(Information provided)

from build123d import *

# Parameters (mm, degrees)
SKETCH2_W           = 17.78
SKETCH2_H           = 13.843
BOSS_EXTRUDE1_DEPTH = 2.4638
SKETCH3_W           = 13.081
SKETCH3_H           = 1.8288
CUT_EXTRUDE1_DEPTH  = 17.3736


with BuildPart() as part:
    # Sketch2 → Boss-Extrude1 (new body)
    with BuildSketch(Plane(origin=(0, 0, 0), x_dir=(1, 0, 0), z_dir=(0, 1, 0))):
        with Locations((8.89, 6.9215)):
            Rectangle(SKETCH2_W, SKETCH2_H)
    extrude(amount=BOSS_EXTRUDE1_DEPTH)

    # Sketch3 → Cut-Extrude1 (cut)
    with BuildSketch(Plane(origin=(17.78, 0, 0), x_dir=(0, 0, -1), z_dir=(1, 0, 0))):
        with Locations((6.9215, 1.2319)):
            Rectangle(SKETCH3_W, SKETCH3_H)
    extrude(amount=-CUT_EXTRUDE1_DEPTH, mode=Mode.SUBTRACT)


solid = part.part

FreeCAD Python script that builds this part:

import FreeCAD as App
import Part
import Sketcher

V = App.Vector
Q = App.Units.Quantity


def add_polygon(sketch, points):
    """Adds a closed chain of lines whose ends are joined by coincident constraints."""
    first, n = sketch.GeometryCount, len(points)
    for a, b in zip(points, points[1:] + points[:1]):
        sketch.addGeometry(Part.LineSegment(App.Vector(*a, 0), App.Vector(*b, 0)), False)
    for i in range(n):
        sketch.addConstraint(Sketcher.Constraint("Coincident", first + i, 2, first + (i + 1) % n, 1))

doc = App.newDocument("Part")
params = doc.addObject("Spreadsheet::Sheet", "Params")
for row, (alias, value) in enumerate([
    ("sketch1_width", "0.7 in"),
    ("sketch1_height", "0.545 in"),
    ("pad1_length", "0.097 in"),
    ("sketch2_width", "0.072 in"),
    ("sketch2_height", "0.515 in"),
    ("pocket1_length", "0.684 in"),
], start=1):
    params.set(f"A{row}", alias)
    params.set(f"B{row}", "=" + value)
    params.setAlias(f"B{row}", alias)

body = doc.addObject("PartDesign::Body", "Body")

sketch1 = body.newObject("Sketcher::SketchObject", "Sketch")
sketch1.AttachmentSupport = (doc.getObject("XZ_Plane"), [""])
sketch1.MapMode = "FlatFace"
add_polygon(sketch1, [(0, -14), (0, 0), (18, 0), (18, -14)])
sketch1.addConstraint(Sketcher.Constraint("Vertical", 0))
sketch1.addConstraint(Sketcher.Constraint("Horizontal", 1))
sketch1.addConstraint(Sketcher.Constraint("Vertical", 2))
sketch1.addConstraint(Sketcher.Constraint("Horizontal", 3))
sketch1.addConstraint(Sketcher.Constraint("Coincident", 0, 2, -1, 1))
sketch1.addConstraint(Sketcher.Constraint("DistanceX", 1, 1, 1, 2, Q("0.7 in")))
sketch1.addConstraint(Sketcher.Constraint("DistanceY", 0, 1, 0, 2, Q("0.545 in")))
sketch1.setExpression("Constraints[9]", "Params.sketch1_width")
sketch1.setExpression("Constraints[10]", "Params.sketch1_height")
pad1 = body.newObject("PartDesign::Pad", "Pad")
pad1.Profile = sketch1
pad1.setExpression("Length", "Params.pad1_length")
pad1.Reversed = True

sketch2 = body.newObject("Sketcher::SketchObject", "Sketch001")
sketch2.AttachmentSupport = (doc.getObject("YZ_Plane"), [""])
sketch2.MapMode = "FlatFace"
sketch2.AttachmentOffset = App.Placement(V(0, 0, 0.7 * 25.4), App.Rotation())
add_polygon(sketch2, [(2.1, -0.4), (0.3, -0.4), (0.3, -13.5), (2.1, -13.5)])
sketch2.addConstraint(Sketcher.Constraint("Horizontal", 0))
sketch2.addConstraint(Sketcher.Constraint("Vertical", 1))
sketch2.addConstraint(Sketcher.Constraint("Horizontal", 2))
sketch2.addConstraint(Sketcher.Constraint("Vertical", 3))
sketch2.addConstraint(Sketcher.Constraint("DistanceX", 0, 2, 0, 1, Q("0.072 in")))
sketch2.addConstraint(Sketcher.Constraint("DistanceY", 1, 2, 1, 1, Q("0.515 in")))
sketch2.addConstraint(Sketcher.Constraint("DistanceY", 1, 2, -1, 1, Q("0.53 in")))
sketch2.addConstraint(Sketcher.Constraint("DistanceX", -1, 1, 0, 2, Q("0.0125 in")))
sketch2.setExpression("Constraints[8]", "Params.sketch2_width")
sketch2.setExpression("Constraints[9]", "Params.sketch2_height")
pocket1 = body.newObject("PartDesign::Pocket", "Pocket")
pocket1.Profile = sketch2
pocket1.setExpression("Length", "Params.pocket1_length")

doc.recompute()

(End Information provided)

-- What is being asked --
Starting with the line that holds "# Sketch3 → Cut-Extrude1 (cut)" and ending with the line that holds "FreeCAD Python script", retype every line in the data above exactly, and nothing else.

-- Response to this exercise --
    # Sketch3 → Cut-Extrude1 (cut)
    with BuildSketch(Plane(origin=(17.78, 0, 0), x_dir=(0, 0, -1), z_dir=(1, 0, 0))):
        with Locations((6.9215, 1.2319)):
            Rectangle(SKETCH3_W, SKETCH3_H)
    extrude(amount=-CUT_EXTRUDE1_DEPTH, mode=Mode.SUBTRACT)


solid = part.part

FreeCAD Python script that builds this part:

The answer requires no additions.